___ Record extracts

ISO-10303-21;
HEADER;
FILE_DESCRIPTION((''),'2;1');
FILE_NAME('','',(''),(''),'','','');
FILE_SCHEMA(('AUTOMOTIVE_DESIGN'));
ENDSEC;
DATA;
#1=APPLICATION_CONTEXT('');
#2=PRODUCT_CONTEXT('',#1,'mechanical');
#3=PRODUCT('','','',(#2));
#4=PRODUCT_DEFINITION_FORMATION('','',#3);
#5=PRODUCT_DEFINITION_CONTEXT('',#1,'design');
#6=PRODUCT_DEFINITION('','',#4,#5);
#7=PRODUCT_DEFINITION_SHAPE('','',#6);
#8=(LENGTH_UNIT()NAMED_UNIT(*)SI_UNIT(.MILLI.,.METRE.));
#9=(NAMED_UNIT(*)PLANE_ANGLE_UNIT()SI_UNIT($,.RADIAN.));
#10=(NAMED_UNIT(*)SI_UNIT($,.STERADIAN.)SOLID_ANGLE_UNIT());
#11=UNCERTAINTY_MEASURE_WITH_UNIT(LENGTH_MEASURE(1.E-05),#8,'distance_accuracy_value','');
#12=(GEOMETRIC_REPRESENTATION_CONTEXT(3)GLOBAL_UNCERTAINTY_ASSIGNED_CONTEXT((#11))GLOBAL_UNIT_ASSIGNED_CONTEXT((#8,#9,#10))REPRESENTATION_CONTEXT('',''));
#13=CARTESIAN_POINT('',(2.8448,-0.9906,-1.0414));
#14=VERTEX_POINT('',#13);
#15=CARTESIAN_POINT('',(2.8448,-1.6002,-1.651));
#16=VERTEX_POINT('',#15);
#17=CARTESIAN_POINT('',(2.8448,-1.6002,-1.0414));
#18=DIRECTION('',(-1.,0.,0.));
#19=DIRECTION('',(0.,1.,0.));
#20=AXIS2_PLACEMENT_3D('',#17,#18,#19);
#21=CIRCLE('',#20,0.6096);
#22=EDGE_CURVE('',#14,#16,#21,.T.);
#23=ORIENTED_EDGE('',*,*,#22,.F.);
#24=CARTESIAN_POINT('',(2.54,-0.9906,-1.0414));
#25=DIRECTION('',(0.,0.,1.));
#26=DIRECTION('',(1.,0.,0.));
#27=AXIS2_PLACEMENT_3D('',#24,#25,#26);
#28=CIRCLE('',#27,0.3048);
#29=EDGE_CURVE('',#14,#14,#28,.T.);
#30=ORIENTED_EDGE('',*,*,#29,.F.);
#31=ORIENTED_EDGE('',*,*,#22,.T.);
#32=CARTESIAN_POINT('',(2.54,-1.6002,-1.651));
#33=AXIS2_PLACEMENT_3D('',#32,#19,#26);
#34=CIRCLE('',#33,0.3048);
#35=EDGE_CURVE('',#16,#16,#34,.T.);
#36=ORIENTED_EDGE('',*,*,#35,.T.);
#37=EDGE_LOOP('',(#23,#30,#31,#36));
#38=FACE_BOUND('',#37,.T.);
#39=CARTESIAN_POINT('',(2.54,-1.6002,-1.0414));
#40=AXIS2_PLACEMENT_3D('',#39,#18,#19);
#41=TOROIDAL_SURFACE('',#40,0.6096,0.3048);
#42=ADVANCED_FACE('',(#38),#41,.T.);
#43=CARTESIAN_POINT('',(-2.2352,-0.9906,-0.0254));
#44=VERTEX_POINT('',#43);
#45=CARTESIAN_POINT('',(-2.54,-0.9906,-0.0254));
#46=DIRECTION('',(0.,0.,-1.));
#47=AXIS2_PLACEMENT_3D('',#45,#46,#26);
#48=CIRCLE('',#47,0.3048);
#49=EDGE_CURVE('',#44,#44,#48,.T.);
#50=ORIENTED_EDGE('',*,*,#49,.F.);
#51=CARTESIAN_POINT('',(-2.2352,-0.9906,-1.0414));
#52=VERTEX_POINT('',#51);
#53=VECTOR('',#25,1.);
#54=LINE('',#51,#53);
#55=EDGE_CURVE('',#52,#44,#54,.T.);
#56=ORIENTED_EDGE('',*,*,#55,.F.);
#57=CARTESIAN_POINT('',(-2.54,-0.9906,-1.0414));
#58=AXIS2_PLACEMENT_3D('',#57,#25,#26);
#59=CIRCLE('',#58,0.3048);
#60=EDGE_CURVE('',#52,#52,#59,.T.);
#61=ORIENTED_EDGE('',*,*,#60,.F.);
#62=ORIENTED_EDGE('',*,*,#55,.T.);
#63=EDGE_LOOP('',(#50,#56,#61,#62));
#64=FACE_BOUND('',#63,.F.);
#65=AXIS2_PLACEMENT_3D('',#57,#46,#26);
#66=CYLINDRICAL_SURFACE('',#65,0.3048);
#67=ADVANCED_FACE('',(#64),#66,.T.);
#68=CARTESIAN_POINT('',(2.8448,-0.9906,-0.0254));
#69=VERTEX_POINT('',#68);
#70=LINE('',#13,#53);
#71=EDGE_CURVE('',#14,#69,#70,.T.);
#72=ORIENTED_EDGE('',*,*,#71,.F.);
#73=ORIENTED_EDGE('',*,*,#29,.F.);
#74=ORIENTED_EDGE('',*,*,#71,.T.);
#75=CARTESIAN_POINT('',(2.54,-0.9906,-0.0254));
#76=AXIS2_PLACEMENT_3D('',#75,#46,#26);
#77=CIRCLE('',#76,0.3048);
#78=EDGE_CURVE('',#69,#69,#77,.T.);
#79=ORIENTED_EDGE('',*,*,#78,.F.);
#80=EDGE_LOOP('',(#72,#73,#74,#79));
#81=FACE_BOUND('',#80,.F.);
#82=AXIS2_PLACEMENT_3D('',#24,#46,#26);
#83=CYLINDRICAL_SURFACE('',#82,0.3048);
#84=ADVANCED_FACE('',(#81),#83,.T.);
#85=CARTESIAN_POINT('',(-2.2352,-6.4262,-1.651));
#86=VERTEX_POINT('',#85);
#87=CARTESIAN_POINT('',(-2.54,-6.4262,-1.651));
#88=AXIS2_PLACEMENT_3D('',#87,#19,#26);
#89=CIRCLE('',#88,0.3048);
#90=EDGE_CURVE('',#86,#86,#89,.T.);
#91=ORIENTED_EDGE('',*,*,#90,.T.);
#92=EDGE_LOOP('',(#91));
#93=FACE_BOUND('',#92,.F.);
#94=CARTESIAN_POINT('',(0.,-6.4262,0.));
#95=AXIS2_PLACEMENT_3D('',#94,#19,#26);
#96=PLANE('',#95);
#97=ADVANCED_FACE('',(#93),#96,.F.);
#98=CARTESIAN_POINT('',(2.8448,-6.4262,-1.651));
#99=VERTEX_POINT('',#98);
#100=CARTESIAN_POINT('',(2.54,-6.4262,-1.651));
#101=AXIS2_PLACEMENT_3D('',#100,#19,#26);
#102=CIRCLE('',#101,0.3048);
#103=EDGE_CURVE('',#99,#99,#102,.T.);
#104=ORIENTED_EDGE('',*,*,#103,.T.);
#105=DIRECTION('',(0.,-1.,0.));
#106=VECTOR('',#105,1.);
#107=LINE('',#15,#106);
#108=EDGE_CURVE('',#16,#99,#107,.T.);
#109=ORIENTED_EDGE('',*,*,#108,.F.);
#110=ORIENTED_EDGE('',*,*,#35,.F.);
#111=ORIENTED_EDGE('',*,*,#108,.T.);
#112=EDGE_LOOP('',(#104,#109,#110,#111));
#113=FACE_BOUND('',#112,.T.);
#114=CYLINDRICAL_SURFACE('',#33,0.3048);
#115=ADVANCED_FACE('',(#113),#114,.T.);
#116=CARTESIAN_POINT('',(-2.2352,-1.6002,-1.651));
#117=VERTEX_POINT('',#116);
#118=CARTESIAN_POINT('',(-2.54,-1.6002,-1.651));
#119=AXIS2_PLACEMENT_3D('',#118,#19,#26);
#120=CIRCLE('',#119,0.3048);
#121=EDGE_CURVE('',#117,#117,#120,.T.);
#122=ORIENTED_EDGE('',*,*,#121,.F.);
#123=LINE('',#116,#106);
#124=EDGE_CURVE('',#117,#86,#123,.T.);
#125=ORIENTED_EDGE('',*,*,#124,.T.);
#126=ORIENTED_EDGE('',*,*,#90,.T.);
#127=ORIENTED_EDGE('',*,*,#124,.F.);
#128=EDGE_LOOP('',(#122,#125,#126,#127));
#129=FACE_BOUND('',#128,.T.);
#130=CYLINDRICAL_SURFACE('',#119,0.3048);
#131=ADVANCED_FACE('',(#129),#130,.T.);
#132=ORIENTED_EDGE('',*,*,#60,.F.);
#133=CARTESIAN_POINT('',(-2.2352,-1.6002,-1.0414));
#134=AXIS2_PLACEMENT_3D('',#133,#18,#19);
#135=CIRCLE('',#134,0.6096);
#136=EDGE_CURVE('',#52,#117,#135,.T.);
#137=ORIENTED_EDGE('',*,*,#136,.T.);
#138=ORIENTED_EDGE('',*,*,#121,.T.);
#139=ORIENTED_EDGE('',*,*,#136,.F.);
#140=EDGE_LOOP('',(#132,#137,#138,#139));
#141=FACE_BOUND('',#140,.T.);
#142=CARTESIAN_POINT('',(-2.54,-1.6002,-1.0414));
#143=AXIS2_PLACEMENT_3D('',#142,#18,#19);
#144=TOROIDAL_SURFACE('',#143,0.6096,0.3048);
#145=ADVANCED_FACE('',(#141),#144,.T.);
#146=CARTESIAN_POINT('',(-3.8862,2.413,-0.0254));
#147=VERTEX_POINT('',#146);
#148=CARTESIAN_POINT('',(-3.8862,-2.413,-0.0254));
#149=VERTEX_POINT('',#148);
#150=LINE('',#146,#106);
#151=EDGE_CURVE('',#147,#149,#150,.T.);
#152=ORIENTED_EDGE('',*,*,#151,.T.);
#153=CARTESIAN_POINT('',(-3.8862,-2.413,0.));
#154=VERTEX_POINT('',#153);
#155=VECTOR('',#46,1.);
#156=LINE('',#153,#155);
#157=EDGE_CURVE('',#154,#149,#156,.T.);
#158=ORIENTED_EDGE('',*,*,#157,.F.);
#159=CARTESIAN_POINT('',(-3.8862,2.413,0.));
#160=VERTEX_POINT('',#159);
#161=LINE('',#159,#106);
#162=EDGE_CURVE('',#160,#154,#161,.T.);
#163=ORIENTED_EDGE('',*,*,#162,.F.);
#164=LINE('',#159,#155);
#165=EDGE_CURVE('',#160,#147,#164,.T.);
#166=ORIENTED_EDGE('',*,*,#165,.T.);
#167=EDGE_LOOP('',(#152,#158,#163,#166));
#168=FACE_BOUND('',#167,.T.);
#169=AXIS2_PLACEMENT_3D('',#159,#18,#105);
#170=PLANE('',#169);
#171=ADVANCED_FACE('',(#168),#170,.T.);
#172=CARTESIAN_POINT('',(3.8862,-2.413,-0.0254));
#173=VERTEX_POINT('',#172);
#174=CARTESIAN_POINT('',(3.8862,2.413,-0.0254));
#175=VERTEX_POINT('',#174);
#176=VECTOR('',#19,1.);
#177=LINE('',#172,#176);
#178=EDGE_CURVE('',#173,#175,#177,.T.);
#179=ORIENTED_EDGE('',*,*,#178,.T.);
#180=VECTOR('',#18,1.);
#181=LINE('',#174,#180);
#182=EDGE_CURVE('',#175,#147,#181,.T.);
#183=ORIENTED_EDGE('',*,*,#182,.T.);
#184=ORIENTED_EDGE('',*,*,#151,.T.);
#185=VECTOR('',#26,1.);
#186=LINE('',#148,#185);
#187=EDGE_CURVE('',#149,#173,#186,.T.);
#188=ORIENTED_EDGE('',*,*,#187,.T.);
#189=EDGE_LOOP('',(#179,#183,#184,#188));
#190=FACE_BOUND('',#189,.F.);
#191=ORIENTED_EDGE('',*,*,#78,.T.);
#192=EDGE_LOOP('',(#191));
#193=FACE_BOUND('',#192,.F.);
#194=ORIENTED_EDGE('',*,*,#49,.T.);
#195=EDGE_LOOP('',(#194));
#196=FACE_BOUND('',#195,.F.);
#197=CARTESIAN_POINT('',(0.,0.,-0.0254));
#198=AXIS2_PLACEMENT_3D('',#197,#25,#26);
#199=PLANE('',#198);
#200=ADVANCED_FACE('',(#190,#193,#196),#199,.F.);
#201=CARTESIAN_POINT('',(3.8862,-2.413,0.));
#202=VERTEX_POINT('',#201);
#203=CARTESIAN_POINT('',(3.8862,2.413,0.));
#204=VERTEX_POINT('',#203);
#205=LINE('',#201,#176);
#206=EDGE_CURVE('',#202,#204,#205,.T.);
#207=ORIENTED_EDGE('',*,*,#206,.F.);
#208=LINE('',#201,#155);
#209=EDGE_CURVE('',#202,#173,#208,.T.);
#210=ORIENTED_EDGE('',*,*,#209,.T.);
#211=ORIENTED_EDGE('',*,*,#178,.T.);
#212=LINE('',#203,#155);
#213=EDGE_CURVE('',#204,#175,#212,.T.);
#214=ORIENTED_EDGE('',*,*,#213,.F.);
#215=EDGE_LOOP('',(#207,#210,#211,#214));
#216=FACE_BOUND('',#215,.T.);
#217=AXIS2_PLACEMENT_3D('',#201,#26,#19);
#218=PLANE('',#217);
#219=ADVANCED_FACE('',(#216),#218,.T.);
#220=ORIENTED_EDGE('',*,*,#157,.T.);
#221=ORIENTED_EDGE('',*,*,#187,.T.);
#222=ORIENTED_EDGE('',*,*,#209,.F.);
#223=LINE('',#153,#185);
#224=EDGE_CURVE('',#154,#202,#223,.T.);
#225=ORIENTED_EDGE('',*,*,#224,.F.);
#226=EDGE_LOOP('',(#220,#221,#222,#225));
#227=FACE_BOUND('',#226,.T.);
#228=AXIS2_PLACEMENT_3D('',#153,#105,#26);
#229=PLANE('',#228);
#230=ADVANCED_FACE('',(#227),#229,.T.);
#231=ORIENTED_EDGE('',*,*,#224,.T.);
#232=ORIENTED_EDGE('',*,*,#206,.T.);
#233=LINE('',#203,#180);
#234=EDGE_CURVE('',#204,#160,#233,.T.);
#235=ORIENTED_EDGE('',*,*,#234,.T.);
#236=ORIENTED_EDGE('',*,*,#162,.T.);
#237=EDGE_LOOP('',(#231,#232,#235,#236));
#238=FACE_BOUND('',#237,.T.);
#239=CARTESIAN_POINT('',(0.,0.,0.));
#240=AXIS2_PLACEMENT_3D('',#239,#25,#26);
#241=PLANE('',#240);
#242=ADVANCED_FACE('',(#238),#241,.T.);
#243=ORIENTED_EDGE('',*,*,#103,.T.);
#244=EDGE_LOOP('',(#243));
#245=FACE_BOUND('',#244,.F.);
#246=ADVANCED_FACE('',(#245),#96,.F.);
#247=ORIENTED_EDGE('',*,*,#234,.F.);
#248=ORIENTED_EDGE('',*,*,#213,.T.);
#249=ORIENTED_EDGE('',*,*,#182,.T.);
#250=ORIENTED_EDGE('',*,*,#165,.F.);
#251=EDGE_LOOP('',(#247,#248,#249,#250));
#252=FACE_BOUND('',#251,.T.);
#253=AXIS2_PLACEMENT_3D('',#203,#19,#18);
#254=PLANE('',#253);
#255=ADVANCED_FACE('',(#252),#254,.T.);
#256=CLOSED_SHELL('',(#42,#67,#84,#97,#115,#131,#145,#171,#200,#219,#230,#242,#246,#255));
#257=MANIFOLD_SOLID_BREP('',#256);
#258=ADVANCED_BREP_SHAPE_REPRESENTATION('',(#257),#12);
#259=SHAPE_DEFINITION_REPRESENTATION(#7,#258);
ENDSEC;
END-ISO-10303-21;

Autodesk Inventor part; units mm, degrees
sketch "Sketch_1" plane through (0, 0, 0) normal (0, 0, 1) x (1, 0, 0)
  line L0 (-3.8862, 2.413) -> (-3.8862, -2.413)
  line L1 (-3.8862, -2.413) -> (3.8862, -2.413)
  line L2 (3.8862, -2.413) -> (3.8862, 2.413)
  line L3 (3.8862, 2.413) -> (-3.8862, 2.413)
extrude "Extrusion1" add sketch "Sketch_1" against normal blind 0.0254
sketch "Sketch_2" plane through (0, 0, -1.0414) normal (0, 0, 1) x (1, 0, 0)
  circle A0 centre (-2.54, -0.9906) radius 0.3048
extrude "Extrusion2" add sketch "Sketch_2" along normal blind 1.0414
sketch "Sketch_5" plane through (0, 0, -1.0414) normal (0, 0, 1) x (1, 0, 0)
  circle A0 centre (2.54, -0.9906) radius 0.3048
extrude "Extrusion3" add sketch "Sketch_5" along normal blind 1.0414
sketch "Sketch_6" plane through (0, 0, -1.0414) normal (0, 0, 1) x (1, 0, 0)
  line L0 (3.81, -1.6002) -> (-3.81, -1.6002)
  circle A0 centre (-2.54, -0.9906) radius 0.3048
revolve "Revolution1" add sketch "Sketch_6" angle 90 about axis through (3.81, -1.6002, -1.0414) along (-1, 0, 0)
sketch "Sketch_7" plane through (0, 0, -1.0414) normal (0, 0, 1) x (1, 0, 0)
  line L0 (2.54, -1.6002) -> (-2.54, -1.6002)
  circle A0 centre (2.54, -0.9906) radius 0.3048
revolve "Revolution2" add sketch "Sketch_7" angle 90 about axis through (2.54, -1.6002, -1.0414) along (-1, 0, 0)
sketch "Sketch_9" plane through (0, -1.6002, 0) normal (0, 1, 0) x (1, 0, 0)
  circle A0 centre (-2.54, 1.651) radius 0.3048
extrude "Extrusion4" add sketch "Sketch_9" against normal blind 4.826
sketch "Sketch_10" plane through (0, -1.6002, 0) normal (0, 1, 0) x (1, 0, 0)
  circle A0 centre (2.54, 1.651) radius 0.3048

______

▶ What you have to do
After locating the line holding "#38=FACE_BOUND('',#37,.T.);" above, output exactly that line and every line after it through the line holding "#76=AXIS2_PLACEMENT_3D('',#75,#46,#26);". Include nothing else.

▶ Problem solution
#38=FACE_BOUND('',#37,.T.);
#39=CARTESIAN_POINT('',(2.54,-1.6002,-1.0414));
#40=AXIS2_PLACEMENT_3D('',#39,#18,#19);
#41=TOROIDAL_SURFACE('',#40,0.6096,0.3048);
#42=ADVANCED_FACE('',(#38),#41,.T.);
#43=CARTESIAN_POINT('',(-2.2352,-0.9906,-0.0254));
#44=VERTEX_POINT('',#43);
#45=CARTESIAN_POINT('',(-2.54,-0.9906,-0.0254));
#46=DIRECTION('',(0.,0.,-1.));
#47=AXIS2_PLACEMENT_3D('',#45,#46,#26);
#48=CIRCLE('',#47,0.3048);
#49=EDGE_CURVE('',#44,#44,#48,.T.);
#50=ORIENTED_EDGE('',*,*,#49,.F.);
#51=CARTESIAN_POINT('',(-2.2352,-0.9906,-1.0414));
#52=VERTEX_POINT('',#51);
#53=VECTOR('',#25,1.);
#54=LINE('',#51,#53);
#55=EDGE_CURVE('',#52,#44,#54,.T.);
#56=ORIENTED_EDGE('',*,*,#55,.F.);
#57=CARTESIAN_POINT('',(-2.54,-0.9906,-1.0414));
#58=AXIS2_PLACEMENT_3D('',#57,#25,#26);
#59=CIRCLE('',#58,0.3048);
#60=EDGE_CURVE('',#52,#52,#59,.T.);
#61=ORIENTED_EDGE('',*,*,#60,.F.);
#62=ORIENTED_EDGE('',*,*,#55,.T.);
#63=EDGE_LOOP('',(#50,#56,#61,#62));
#64=FACE_BOUND('',#63,.F.);
#65=AXIS2_PLACEMENT_3D('',#57,#46,#26);
#66=CYLINDRICAL_SURFACE('',#65,0.3048);
#67=ADVANCED_FACE('',(#64),#66,.T.);
#68=CARTESIAN_POINT('',(2.8448,-0.9906,-0.0254));
#69=VERTEX_POINT('',#68);
#70=LINE('',#13,#53);
#71=EDGE_CURVE('',#14,#69,#70,.T.);
#72=ORIENTED_EDGE('',*,*,#71,.F.);
#73=ORIENTED_EDGE('',*,*,#29,.F.);
#74=ORIENTED_EDGE('',*,*,#71,.T.);
#75=CARTESIAN_POINT('',(2.54,-0.9906,-0.0254));
#76=AXIS2_PLACEMENT_3D('',#75,#46,#26);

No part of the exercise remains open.